Deterrence in Asymmetries
Air Marshal Rajesh Kumar (Retd)

Ashley Tellis’s book – ‘Striking Asymmetries- Nuclear Transitions in South Asia’ has caught some media attention with commentators calling for a review of India’s nuclear doctrine and posture in view of an assessed build up of nuclear arsenals by both China and Pakistan. The report argues that India has shown remarkable self restraint despite Pakistan steadily building up warheads that exceed India’s numbers as on date. Similarly, China is expected to ramp up its nuclear arsenal sharply to deter the US as it emerges as a strategic competitor to the superpower. These trends, it is argued, need a new strategic discourse in India lest it be exposed to nuclear bullying by China or nuclear blackmail by Pakistan.

So what is the central thesis of the argument being made out? It is being postulated that India’s nuclear arsenal is too small and made up with small warheads that are unreliable and have safety issues. Our delivery systems are inaccurate and prone to technical issues. Even our nuclear submarines are of vintage design and poorly manufactured leading to a state wherein our capability fails to match our doctrine. By contrast an almost tripling of China’s arsenal and the expansion of warheads in Pakistan along with development of tactical nuclear weapons places India in a disadvantageous position.
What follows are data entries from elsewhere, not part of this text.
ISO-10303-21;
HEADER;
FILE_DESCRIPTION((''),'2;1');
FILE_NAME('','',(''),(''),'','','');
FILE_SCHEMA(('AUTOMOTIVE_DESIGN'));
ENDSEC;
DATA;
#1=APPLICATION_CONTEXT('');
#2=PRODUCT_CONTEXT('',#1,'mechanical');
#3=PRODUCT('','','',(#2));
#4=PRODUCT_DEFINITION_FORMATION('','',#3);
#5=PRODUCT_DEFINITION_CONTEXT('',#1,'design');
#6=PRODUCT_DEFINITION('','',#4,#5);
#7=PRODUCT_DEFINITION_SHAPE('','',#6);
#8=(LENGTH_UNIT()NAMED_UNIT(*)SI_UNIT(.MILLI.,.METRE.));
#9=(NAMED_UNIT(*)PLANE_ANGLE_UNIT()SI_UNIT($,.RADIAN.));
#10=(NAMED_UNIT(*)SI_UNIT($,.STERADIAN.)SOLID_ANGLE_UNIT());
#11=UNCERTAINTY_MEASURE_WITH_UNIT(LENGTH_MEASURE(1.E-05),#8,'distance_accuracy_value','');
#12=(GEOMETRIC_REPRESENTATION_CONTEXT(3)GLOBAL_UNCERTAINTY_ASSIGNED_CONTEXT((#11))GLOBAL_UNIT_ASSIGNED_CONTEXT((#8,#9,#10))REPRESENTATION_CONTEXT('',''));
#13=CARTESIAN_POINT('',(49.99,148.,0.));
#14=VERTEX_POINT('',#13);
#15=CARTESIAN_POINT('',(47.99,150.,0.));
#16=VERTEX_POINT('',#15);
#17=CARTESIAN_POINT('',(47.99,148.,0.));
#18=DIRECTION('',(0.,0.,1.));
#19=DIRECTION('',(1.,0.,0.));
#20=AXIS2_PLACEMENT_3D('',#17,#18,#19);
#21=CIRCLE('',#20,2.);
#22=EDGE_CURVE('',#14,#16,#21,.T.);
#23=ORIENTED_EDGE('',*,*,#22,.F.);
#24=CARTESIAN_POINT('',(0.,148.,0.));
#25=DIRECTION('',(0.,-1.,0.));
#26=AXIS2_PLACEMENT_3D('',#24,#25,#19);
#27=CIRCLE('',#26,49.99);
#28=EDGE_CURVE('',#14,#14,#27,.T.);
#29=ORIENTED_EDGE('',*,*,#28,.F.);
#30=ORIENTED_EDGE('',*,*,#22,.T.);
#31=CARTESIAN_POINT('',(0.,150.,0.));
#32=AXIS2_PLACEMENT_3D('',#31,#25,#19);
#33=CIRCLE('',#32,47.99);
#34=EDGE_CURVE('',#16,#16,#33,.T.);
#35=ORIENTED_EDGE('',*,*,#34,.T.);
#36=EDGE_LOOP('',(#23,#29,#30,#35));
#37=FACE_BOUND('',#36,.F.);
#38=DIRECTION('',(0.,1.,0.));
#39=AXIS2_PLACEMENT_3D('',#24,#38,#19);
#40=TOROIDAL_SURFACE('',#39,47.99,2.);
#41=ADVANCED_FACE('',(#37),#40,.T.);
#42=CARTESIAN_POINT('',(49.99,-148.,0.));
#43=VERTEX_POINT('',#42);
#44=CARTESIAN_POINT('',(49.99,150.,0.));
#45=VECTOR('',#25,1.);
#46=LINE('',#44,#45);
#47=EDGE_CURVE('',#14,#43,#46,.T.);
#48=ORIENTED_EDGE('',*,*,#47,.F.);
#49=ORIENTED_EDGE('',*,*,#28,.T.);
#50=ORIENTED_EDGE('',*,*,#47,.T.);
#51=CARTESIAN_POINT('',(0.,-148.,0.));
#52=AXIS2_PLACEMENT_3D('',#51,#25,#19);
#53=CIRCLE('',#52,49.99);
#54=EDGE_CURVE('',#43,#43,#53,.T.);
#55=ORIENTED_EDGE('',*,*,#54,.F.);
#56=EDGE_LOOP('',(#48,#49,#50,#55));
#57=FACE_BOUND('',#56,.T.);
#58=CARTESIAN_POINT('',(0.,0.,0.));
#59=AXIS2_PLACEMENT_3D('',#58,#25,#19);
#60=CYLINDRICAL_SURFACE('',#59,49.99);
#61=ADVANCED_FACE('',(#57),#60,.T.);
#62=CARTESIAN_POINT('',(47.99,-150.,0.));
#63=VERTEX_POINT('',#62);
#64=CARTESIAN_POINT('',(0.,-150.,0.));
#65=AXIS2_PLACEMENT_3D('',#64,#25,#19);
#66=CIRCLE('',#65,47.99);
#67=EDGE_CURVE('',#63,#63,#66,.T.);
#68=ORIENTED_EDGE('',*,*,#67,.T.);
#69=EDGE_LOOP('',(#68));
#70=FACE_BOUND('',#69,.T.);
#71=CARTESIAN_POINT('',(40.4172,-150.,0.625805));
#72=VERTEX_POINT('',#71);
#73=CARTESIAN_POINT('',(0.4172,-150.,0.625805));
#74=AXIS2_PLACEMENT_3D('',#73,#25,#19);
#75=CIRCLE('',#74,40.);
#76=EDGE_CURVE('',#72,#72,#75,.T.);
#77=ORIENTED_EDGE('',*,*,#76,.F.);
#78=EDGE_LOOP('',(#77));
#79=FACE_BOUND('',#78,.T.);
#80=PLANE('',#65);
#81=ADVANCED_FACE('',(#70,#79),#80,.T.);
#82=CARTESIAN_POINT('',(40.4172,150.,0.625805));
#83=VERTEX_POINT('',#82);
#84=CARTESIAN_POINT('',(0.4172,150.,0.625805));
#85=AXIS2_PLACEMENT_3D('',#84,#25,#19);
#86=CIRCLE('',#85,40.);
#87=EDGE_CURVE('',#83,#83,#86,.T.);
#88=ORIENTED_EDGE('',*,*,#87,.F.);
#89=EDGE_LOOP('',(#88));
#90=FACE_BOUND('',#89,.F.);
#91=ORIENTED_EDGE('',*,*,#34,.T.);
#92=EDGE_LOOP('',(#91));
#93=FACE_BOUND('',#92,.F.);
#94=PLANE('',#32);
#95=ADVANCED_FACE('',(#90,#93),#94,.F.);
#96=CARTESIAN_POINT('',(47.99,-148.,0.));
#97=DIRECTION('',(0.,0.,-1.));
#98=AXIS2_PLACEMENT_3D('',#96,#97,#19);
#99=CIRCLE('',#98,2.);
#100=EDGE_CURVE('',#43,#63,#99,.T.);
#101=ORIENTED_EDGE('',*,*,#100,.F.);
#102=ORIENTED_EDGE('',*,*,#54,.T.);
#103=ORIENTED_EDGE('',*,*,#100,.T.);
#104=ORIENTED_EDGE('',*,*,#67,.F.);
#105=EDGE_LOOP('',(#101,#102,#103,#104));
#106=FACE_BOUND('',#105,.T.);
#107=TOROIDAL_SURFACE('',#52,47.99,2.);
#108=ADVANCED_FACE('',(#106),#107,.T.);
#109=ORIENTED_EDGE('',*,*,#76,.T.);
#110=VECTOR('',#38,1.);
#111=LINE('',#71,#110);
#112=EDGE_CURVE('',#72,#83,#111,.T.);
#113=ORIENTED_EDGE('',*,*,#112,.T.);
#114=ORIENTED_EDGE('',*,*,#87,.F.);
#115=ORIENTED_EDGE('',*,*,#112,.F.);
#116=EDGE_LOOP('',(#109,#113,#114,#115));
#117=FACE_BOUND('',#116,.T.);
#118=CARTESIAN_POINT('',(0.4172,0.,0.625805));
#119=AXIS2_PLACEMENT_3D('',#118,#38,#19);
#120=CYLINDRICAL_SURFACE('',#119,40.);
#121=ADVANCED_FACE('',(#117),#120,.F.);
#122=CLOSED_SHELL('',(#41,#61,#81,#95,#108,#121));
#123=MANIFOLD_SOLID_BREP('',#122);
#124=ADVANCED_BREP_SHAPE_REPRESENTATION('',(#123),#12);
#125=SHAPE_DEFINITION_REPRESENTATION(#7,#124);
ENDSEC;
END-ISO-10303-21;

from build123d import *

# Parameters (mm, degrees)
F0_R     = 49.99
F0_R_2   = 40
F1_DEPTH = 150
F2_R     = 2


with BuildPart() as f1:
    # F0 (on Front) → F1 (new body, symmetric)
    with BuildSketch(Plane.XZ):
        Circle(F0_R)
        with Locations((0.4171997621, 0.6258051713)):
            Circle(F0_R_2, mode=Mode.SUBTRACT)
    extrude(amount=F1_DEPTH, both=True)

    # F2
    f2_edges = [f1.edges().sort_by_distance(p)[0] for p in [
        (-49.99, -150, 0),
        (-49.99, 150, 0),
    ]]
    fillet(f2_edges, radius=F2_R)


solid = f1.part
Pakistan could for example be tempted to – in a hypothetical scenario – deter India’s conventional armed thrust with tactical nuclear weapons without fear of massive retaliation by India. It would thus control the escalation ladder in any conventional scenario by resorting to nuclear blackmail. Indeed some Pakistani spokesmen have declared that this version of “flexible response” is most suited to deter India from any conventional misadventure. Also that the Indian doctrine of massive retaliation is “unrealistic” and “not well thought out” since Pakistan will always have enough nuclear weapons to launch a “third strike” and cause unacceptable damage to India. Similarly China would not be deterred in a conventional conflict with India as India would not be able to do unacceptable harm with its nuclear arsenal especially if the Chinese were to launch a counterforce strike.

India’s nuclear deterrence rests on the three principles of No First Use, maintaining Credible Minimum Deterrence and Massive Retaliation if attacked by nuclear weapons. By questioning the ability to retaliate massively the credibility of our nuclear deterrence falls apart. Therefore varied solutions have been offered by various experts on the issue that include review of no first use, development of tactical nuclear weapons, collaboration with other nations such as Japan, up gradation of our nuclear arsenal along with a strategic partner such as France under a benign US umbrella in a construct termed INFRUS. This it is suggested would have a twin benefit of increasing the yield of our nuclear weapons as well as improving the quality of our nuclear submarines by making them quieter.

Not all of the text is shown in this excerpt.